To perform this work, a series of tests were programmed using the RTO reactor from Colombian Petroleum Institute (ICP). The equipment is fully automated and consists of a gas injection system (nitrogen or air), a tubular reactor where the rock/crude sample s kept, on which a linear increase in temperature is applied, plus a gas measuring system that allows quantifying the amount and concentration of effluent gases (CO, C02 and 02). Moreover, the equipment has security systems that ensure the integrity of people and instrumentation with respect to overpressure, high temperatures and high flows of injection gas. All process variables are monitored and stored in a computer.
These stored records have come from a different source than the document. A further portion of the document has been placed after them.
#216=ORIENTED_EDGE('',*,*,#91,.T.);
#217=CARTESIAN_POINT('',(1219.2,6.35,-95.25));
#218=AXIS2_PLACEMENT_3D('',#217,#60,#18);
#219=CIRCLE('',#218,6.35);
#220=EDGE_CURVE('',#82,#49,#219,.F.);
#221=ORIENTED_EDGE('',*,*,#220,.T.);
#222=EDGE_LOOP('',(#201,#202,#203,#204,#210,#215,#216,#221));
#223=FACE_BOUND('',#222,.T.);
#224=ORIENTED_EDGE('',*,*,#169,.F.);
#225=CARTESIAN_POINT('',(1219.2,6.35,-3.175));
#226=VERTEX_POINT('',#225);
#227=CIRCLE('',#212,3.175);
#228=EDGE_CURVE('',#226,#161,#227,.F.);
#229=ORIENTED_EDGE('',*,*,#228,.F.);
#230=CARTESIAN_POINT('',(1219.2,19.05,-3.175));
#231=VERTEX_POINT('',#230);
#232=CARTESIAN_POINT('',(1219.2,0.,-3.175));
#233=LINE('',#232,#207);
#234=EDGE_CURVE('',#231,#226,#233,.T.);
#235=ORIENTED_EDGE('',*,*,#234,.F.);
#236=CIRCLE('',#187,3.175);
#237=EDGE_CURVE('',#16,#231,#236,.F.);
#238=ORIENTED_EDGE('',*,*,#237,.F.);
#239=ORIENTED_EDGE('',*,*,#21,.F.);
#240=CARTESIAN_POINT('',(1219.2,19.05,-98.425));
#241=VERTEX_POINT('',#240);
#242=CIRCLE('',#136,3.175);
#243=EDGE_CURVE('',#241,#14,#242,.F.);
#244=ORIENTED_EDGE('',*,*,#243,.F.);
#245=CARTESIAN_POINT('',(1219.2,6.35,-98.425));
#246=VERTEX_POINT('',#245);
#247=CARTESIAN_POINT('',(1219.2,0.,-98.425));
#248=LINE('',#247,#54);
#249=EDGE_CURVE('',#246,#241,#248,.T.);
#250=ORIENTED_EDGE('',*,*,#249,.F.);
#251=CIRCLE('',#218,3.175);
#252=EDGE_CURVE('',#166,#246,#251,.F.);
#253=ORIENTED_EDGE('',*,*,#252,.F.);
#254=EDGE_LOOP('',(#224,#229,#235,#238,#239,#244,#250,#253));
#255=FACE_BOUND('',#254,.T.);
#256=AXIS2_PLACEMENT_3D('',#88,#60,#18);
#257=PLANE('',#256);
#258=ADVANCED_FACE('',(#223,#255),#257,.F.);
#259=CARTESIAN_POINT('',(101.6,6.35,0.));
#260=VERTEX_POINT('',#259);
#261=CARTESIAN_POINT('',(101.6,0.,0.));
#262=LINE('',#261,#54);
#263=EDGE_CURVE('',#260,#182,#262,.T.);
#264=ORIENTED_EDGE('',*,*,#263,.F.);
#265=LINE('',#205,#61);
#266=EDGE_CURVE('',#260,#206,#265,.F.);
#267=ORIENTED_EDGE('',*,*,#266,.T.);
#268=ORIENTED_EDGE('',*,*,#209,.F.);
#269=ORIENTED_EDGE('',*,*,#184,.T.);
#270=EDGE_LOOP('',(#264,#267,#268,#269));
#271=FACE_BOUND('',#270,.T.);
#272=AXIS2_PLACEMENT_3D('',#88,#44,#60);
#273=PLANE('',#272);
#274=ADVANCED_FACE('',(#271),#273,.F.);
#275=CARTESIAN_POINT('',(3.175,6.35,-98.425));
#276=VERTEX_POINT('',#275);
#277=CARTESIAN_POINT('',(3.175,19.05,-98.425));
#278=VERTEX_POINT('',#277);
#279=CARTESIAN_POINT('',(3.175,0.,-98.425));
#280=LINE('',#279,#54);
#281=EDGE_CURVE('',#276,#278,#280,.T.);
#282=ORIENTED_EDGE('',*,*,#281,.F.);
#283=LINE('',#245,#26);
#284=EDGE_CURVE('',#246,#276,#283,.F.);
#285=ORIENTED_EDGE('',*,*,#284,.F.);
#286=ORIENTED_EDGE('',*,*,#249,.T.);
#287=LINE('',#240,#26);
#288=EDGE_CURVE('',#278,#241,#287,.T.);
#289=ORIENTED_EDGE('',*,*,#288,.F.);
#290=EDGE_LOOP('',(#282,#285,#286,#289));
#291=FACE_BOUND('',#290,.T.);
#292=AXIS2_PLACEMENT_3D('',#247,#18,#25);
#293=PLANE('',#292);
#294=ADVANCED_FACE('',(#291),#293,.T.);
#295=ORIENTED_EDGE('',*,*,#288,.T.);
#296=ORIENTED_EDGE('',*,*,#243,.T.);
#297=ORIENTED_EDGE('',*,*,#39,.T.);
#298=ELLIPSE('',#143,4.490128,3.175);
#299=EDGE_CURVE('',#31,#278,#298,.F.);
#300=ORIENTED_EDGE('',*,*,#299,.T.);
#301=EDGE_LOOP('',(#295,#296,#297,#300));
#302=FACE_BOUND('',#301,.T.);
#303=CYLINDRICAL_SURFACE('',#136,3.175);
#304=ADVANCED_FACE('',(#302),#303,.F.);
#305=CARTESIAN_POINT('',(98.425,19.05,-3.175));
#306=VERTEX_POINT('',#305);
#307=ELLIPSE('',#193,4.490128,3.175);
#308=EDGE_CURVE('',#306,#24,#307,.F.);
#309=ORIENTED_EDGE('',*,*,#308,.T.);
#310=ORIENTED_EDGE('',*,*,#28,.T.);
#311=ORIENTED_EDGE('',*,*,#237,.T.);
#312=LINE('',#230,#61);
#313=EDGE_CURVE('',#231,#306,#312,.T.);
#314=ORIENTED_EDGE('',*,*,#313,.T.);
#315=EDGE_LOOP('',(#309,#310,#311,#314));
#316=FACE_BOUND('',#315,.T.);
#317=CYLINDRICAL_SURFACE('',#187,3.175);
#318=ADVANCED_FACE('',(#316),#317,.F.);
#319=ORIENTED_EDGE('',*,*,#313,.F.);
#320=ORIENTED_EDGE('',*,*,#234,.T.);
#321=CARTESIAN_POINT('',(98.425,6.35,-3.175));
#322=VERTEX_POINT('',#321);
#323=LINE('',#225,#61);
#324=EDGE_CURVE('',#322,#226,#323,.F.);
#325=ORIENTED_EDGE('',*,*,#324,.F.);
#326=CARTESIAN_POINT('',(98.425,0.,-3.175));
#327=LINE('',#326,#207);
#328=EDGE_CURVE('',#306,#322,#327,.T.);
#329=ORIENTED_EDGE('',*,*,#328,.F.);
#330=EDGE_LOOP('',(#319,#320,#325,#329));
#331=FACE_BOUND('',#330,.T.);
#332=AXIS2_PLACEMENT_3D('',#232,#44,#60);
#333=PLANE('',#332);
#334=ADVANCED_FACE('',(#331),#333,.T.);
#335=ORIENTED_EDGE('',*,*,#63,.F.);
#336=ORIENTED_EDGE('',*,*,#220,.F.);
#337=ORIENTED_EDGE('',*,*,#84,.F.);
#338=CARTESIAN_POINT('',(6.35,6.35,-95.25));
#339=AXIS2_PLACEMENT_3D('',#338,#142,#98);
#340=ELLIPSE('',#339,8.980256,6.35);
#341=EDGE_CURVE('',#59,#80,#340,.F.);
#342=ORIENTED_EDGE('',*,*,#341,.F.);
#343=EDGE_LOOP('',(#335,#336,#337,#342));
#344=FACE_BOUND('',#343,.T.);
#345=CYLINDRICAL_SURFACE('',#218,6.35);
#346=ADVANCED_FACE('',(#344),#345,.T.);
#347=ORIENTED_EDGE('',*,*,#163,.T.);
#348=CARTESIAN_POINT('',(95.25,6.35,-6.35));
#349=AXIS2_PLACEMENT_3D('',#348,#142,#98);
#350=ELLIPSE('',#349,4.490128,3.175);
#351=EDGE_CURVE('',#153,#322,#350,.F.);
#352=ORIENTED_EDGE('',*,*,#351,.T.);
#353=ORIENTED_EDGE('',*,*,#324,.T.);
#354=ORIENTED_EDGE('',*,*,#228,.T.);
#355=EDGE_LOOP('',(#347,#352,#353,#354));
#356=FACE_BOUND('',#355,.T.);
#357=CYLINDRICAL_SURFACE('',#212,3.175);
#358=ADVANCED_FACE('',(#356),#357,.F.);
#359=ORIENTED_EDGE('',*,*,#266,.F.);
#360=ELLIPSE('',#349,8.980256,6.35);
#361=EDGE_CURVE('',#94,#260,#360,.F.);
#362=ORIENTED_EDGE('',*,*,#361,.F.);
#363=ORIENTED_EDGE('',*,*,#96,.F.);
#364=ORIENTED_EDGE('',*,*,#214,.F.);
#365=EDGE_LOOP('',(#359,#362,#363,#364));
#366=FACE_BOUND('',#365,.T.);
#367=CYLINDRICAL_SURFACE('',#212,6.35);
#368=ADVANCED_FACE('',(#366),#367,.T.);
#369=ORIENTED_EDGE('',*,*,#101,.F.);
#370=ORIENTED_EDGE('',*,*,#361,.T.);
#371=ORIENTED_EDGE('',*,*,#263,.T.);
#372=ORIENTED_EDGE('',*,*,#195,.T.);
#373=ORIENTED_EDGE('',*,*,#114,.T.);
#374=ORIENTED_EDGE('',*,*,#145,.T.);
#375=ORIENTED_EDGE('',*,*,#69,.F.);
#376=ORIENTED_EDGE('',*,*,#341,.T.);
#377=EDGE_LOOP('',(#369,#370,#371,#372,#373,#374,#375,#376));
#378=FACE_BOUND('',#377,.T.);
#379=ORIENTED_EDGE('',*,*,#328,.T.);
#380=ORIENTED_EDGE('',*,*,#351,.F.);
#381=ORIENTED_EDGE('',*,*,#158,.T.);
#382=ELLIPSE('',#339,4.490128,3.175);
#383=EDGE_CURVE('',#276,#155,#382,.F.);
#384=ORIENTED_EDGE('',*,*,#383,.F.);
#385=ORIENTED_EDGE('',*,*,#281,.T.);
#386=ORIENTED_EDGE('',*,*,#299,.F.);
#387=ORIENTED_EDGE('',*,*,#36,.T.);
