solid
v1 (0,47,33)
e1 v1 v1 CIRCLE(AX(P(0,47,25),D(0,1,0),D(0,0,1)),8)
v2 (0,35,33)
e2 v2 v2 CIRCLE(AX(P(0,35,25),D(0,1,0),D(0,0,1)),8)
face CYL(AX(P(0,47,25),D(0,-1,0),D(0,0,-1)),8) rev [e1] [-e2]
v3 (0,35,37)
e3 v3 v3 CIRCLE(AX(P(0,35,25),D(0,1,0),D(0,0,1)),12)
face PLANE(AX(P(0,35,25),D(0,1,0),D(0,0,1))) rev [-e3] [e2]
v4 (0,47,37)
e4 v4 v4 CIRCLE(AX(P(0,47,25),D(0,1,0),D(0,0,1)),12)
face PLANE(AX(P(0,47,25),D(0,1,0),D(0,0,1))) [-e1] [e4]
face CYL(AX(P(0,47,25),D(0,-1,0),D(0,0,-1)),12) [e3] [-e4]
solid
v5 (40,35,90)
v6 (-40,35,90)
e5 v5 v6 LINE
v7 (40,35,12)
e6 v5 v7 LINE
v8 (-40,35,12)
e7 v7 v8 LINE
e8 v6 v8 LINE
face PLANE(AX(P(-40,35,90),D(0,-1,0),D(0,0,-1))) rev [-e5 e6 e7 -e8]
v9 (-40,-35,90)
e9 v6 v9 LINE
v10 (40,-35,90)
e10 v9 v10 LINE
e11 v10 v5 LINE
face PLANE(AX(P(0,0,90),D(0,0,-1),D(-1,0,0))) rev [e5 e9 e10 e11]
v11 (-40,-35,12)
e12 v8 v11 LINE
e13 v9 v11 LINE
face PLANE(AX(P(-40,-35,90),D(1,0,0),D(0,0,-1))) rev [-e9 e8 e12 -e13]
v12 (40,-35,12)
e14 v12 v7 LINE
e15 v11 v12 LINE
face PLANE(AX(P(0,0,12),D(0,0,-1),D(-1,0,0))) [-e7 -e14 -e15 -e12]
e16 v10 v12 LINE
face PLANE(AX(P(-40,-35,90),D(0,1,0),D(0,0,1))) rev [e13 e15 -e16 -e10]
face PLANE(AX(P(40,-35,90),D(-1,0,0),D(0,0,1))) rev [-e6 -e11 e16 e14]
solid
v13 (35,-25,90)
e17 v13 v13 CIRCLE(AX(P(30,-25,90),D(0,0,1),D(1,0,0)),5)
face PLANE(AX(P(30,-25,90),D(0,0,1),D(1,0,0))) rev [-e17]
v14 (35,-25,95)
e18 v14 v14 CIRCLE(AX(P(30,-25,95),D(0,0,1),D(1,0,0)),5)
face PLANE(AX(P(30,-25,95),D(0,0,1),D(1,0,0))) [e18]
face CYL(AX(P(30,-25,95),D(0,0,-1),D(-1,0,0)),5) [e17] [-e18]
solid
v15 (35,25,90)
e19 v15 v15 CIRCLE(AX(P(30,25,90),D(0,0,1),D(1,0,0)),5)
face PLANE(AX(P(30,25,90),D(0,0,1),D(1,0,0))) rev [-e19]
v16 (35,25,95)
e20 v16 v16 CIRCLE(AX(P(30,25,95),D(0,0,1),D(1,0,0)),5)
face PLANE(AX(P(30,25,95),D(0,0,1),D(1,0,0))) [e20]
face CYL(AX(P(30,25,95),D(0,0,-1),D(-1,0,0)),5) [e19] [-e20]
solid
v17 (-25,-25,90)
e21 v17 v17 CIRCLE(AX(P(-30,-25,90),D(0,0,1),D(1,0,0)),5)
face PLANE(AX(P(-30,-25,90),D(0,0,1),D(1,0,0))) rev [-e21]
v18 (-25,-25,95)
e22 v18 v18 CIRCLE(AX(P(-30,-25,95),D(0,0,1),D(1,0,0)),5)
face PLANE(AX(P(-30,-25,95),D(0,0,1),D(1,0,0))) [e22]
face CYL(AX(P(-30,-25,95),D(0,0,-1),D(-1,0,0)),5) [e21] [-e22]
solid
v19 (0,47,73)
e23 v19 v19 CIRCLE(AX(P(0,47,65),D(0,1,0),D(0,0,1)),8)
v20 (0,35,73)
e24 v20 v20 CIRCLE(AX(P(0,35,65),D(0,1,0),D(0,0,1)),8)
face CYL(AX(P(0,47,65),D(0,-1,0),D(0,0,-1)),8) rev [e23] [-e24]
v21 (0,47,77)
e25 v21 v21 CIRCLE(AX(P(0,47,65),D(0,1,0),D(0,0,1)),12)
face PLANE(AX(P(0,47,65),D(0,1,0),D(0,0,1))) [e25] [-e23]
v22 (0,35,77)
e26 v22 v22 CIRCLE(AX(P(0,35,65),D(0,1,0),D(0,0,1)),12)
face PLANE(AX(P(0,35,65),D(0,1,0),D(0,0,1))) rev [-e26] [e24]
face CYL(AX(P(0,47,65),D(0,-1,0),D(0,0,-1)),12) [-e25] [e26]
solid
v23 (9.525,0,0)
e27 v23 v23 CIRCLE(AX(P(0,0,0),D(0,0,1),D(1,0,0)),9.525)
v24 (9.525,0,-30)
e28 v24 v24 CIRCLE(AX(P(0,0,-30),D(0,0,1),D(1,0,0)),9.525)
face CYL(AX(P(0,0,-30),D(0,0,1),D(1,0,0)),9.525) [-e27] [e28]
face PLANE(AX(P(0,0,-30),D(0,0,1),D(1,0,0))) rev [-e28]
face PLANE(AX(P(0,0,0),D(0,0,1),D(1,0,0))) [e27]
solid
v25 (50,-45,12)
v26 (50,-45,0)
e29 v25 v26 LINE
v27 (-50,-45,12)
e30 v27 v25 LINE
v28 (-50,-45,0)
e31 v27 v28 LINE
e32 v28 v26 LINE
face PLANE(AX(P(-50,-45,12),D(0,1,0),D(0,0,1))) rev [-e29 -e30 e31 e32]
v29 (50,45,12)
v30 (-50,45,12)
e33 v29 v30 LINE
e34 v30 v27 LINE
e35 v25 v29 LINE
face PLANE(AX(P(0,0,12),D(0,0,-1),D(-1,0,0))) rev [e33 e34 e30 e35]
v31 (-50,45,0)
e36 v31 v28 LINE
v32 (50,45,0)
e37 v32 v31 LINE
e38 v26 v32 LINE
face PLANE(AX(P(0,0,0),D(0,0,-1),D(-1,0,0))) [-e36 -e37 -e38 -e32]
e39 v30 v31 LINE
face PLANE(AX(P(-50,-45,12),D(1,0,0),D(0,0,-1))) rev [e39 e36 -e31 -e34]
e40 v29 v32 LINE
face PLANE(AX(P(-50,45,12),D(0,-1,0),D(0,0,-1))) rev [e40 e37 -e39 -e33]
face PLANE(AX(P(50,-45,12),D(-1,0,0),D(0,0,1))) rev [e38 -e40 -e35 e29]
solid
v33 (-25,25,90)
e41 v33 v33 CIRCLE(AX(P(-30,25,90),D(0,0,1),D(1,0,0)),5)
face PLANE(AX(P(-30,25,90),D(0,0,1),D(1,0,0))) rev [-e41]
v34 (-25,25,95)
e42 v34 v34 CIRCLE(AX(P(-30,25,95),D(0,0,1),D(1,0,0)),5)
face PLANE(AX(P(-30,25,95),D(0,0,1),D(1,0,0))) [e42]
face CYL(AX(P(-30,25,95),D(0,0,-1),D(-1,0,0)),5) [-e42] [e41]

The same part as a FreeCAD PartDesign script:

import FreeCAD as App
import Part
import Sketcher

doc = App.newDocument("Part")
body = doc.addObject("PartDesign::Body", "Body")

sketch1 = body.newObject("Sketcher::SketchObject", "Sketch")
sketch1.AttachmentSupport = (doc.getObject("XY_Plane"), [""])
sketch1.MapMode = "FlatFace"
sketch1.AttachmentOffset = App.Placement(App.Vector(0, 0, 12), App.Rotation())
sketch1.addGeometry(Part.LineSegment(App.Vector(-40, 35, 0), App.Vector(-40, -35, 0)), False)
sketch1.addGeometry(Part.LineSegment(App.Vector(-40, -35, 0), App.Vector(40, -35, 0)), False)
sketch1.addGeometry(Part.LineSegment(App.Vector(40, -35, 0), App.Vector(40, 35, 0)), False)
sketch1.addGeometry(Part.LineSegment(App.Vector(40, 35, 0), App.Vector(-40, 35, 0)), False)
sketch1.addConstraint(Sketcher.Constraint("Coincident", 0, 2, 1, 1))
sketch1.addConstraint(Sketcher.Constraint("Coincident", 1, 2, 2, 1))
sketch1.addConstraint(Sketcher.Constraint("Coincident", 2, 2, 3, 1))
sketch1.addConstraint(Sketcher.Constraint("Coincident", 3, 2, 0, 1))
sketch1.addConstraint(Sketcher.Constraint("Vertical", 0))
sketch1.addConstraint(Sketcher.Constraint("Horizontal", 1))
sketch1.addConstraint(Sketcher.Constraint("Vertical", 2))
sketch1.addConstraint(Sketcher.Constraint("Horizontal", 3))
sketch1.addConstraint(Sketcher.Constraint("Symmetric", 0, 2, 2, 2, -1, 1))
sketch1.addConstraint(Sketcher.Constraint("DistanceX", 1, 1, 1, 2, 80.0))
sketch1.addConstraint(Sketcher.Constraint("DistanceY", 0, 2, 0, 1, 70.0))
pad1 = body.newObject("PartDesign::Pad", "Pad")
pad1.Profile = sketch1
pad1.Length = 78
body2 = doc.addObject("PartDesign::Body", "Body001")

sketch2 = body2.newObject("Sketcher::SketchObject", "Sketch001")
sketch2.AttachmentSupport = (doc.getObject("XY_Plane001"), [""])
sketch2.MapMode = "FlatFace"
sketch2.addGeometry(Part.LineSegment(App.Vector(-50, 45, 0), App.Vector(-50, -45, 0)), False)
sketch2.addGeometry(Part.LineSegment(App.Vector(-50, -45, 0), App.Vector(50, -45, 0)), False)
sketch2.addGeometry(Part.LineSegment(App.Vector(50, -45, 0), App.Vector(50, 45, 0)), False)
sketch2.addGeometry(Part.LineSegment(App.Vector(50, 45, 0), App.Vector(-50, 45, 0)), False)
sketch2.addConstraint(Sketcher.Constraint("Coincident", 0, 2, 1, 1))
sketch2.addConstraint(Sketcher.Constraint("Coincident", 1, 2, 2, 1))
sketch2.addConstraint(Sketcher.Constraint("Coincident", 2, 2, 3, 1))
sketch2.addConstraint(Sketcher.Constraint("Coincident", 3, 2, 0, 1))
sketch2.addConstraint(Sketcher.Constraint("Vertical", 0))
sketch2.addConstraint(Sketcher.Constraint("Horizontal", 1))
sketch2.addConstraint(Sketcher.Constraint("Vertical", 2))
sketch2.addConstraint(Sketcher.Constraint("Horizontal", 3))
sketch2.addConstraint(Sketcher.Constraint("Symmetric", 0, 2, 2, 2, -1, 1))
sketch2.addConstraint(Sketcher.Constraint("DistanceX", 1, 1, 1, 2, 100.0))
sketch2.addConstraint(Sketcher.Constraint("DistanceY", 0, 2, 0, 1, 90.0))
pad2 = body2.newObject("PartDesign::Pad", "Pad001")
pad2.Profile = sketch2
pad2.Length = 12
body3 = doc.addObject("PartDesign::Body", "Body002")

sketch3 = body3.newObject("Sketcher::SketchObject", "Sketch002")
sketch3.AttachmentSupport = (doc.getObject("XY_Plane002"), [""])
sketch3.MapMode = "FlatFace"
sketch3.addGeometry(Part.Circle(App.Vector(0, 0, 0), App.Vector(0, 0, 1), 10), False)
sketch3.addConstraint(Sketcher.Constraint("Coincident", 0, 3, -1, 1))
sketch3.addConstraint(Sketcher.Constraint("Diameter", 0, 19.05))
pad3 = body3.newObject("PartDesign::Pad", "Pad002")
pad3.Profile = sketch3
pad3.Length = 30
pad3.Reversed = True
body4 = doc.addObject("PartDesign::Body", "Body003")

sketch4 = body4.newObject("Sketcher::SketchObject", "Sketch003")
sketch4.AttachmentSupport = (doc.getObject("XY_Plane003"), [""])
sketch4.MapMode = "FlatFace"
sketch4.AttachmentOffset = App.Placement(App.Vector(0, 0, 90), App.Rotation())
sketch4.addGeometry(Part.Circle(App.Vector(-30, -25, 0), App.Vector(0, 0, 1), 5), False)
sketch4.addConstraint(Sketcher.Constraint("Diameter", 0, 10.0))
sketch4.addConstraint(Sketcher.Constraint("DistanceX", 0, 3, -1, 1, 30.0))
sketch4.addConstraint(Sketcher.Constraint("DistanceY", 0, 3, -1, 1, 25.0))
pad4 = body4.newObject("PartDesign::Pad", "Pad003")
pad4.Profile = sketch4
pad4.Length = 5
body5 = doc.addObject("PartDesign::Body", "Body004")

sketch5 = body5.newObject("Sketcher::SketchObject", "Sketch004")
sketch5.AttachmentSupport = (doc.getObject("XY_Plane004"), [""])
sketch5.MapMode = "FlatFace"
sketch5.AttachmentOffset = App.Placement(App.Vector(0, 0, 90), App.Rotation())
sketch5.addGeometry(Part.Circle(App.Vector(-30, 25, 0), App.Vector(0, 0, 1), 5), False)
sketch5.addConstraint(Sketcher.Constraint("Diameter", 0, 10.0))
sketch5.addConstraint(Sketcher.Constraint("DistanceX", 0, 3, -1, 1, 30.0))
sketch5.addConstraint(Sketcher.Constraint("DistanceY", -1, 1, 0, 3, 25.0))
pad5 = body5.newObject("PartDesign::Pad", "Pad004")
pad5.Profile = sketch5
pad5.Length = 5
body6 = doc.addObject("PartDesign::Body", "Body005")

sketch6 = body6.newObject("Sketcher::SketchObject", "Sketch005")
sketch6.AttachmentSupport = (doc.getObject("XY_Plane005"), [""])
sketch6.MapMode = "FlatFace"
sketch6.AttachmentOffset = App.Placement(App.Vector(0, 0, 90), App.Rotation())
sketch6.addGeometry(Part.Circle(App.Vector(30, -25, 0), App.Vector(0, 0, 1), 5), False)
sketch6.addConstraint(Sketcher.Constraint("Diameter", 0, 10.0))
sketch6.addConstraint(Sketcher.Constraint("DistanceX", -1, 1, 0, 3, 30.0))
sketch6.addConstraint(Sketcher.Constraint("DistanceY", 0, 3, -1, 1, 25.0))
pad6 = body6.newObject("PartDesign::Pad", "Pad005")
pad6.Profile = sketch6
pad6.Length = 5
body7 = doc.addObject("PartDesign::Body", "Body006")

sketch7 = body7.newObject("Sketcher::SketchObject", "Sketch006")
sketch7.AttachmentSupport = (doc.getObject("XY_Plane006"), [""])
sketch7.MapMode = "FlatFace"
sketch7.AttachmentOffset = App.Placement(App.Vector(0, 0, 90), App.Rotation())
sketch7.addGeometry(Part.Circle(App.Vector(30, 25, 0), App.Vector(0, 0, 1), 5), False)
sketch7.addConstraint(Sketcher.Constraint("Diameter", 0, 10.0))
sketch7.addConstraint(Sketcher.Constraint("DistanceX", -1, 1, 0, 3, 30.0))
sketch7.addConstraint(Sketcher.Constraint("DistanceY", -1, 1, 0, 3, 25.0))
pad7 = body7.newObject("PartDesign::Pad", "Pad006")
pad7.Profile = sketch7
pad7.Length = 5
body8 = doc.addObject("PartDesign::Body", "Body007")

sketch8 = body8.newObject("Sketcher::SketchObject", "Sketch007")
sketch8.AttachmentSupport = (doc.getObject("XZ_Plane007"), [""])
sketch8.MapMode = "FlatFace"
sketch8.AttachmentOffset = App.Placement(App.Vector(0, 0, -35), App.Rotation())
sketch8.addGeometry(Part.Circle(App.Vector(0, 25, 0), App.Vector(0, 0, 1), 12), False)
sketch8.addGeometry(Part.Circle(App.Vector(0, 25, 0), App.Vector(0, 0, 1), 8), False)
sketch8.addConstraint(Sketcher.Constraint("Coincident", 1, 3, 0, 3))
sketch8.addConstraint(Sketcher.Constraint("PointOnObject", 0, 3, -2))
sketch8.addConstraint(Sketcher.Constraint("Diameter", 0, 24.0))
sketch8.addConstraint(Sketcher.Constraint("Diameter", 1, 16.0))
sketch8.addConstraint(Sketcher.Constraint("DistanceY", -1, 1, 0, 3, 25.0))
pad8 = body8.newObject("PartDesign::Pad", "Pad007")
pad8.Profile = sketch8
pad8.Length = 12
pad8.Reversed = True
body9 = doc.addObject("PartDesign::Body", "Body008")

sketch9 = body9.newObject("Sketcher::SketchObject", "Sketch008")
sketch9.AttachmentSupport = (doc.getObject("XZ_Plane008"), [""])
sketch9.MapMode = "FlatFace"
sketch9.AttachmentOffset = App.Placement(App.Vector(0, 0, -35), App.Rotation())
sketch9.addGeometry(Part.Circle(App.Vector(0, 65, 0), App.Vector(0, 0, 1), 12), False)
sketch9.addGeometry(Part.Circle(App.Vector(0, 65, 0), App.Vector(0, 0, 1), 8), False)
sketch9.addConstraint(Sketcher.Constraint("Coincident", 1, 3, 0, 3))
sketch9.addConstraint(Sketcher.Constraint("PointOnObject", 0, 3, -2))
sketch9.addConstraint(Sketcher.Constraint("Diameter", 0, 24.0))
sketch9.addConstraint(Sketcher.Constraint("Diameter", 1, 16.0))
sketch9.addConstraint(Sketcher.Constraint("DistanceY", -1, 1, 0, 3, 65.0))
pad9 = body9.newObject("PartDesign::Pad", "Pad008")
pad9.Profile = sketch9
pad9.Length = 12
pad9.Reversed = True

doc.recompute()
Figure 2 is an image of the equipment.

Figure 2 Oxidation Reactor with Temperature Ramp, ICP. 

As described in the literature, for the application of isoconversional analysis, at least three RTO tests are required, Glatz [9], at three different heating rates, keeping other operational parameters constant. Based on this, three RTO trials were scheduled with the experimental conditions presented in Table 2.

Table 2 Experimental conditions for the application of isoconversional analysis. 

The oil/rock ratio is part of the protocol established by the air injection laboratory of the Colombian Petroleum lnstitute: considering that the mass of oil loaded in the reactor must be sufficient so that the amount of carbon oxides generated can be measured by the gasometer, not generating deviations from the imposed heating ramp. For conducting the experiments, dead oil from a Colombian heavy oil field was used, which was dehydratec until reaching a water content of 0.8%. Figure 3 shows the behavior of oxygen consumption versus time and Figures 4 and 5 show the production of carbon oxides for each of the RTO tests carried out.

Figure 3 Experimental behavior of oxygen consumption in the different tests. 

Figure 4 Experimental behavior of production of carbon dioxide in the different tests. 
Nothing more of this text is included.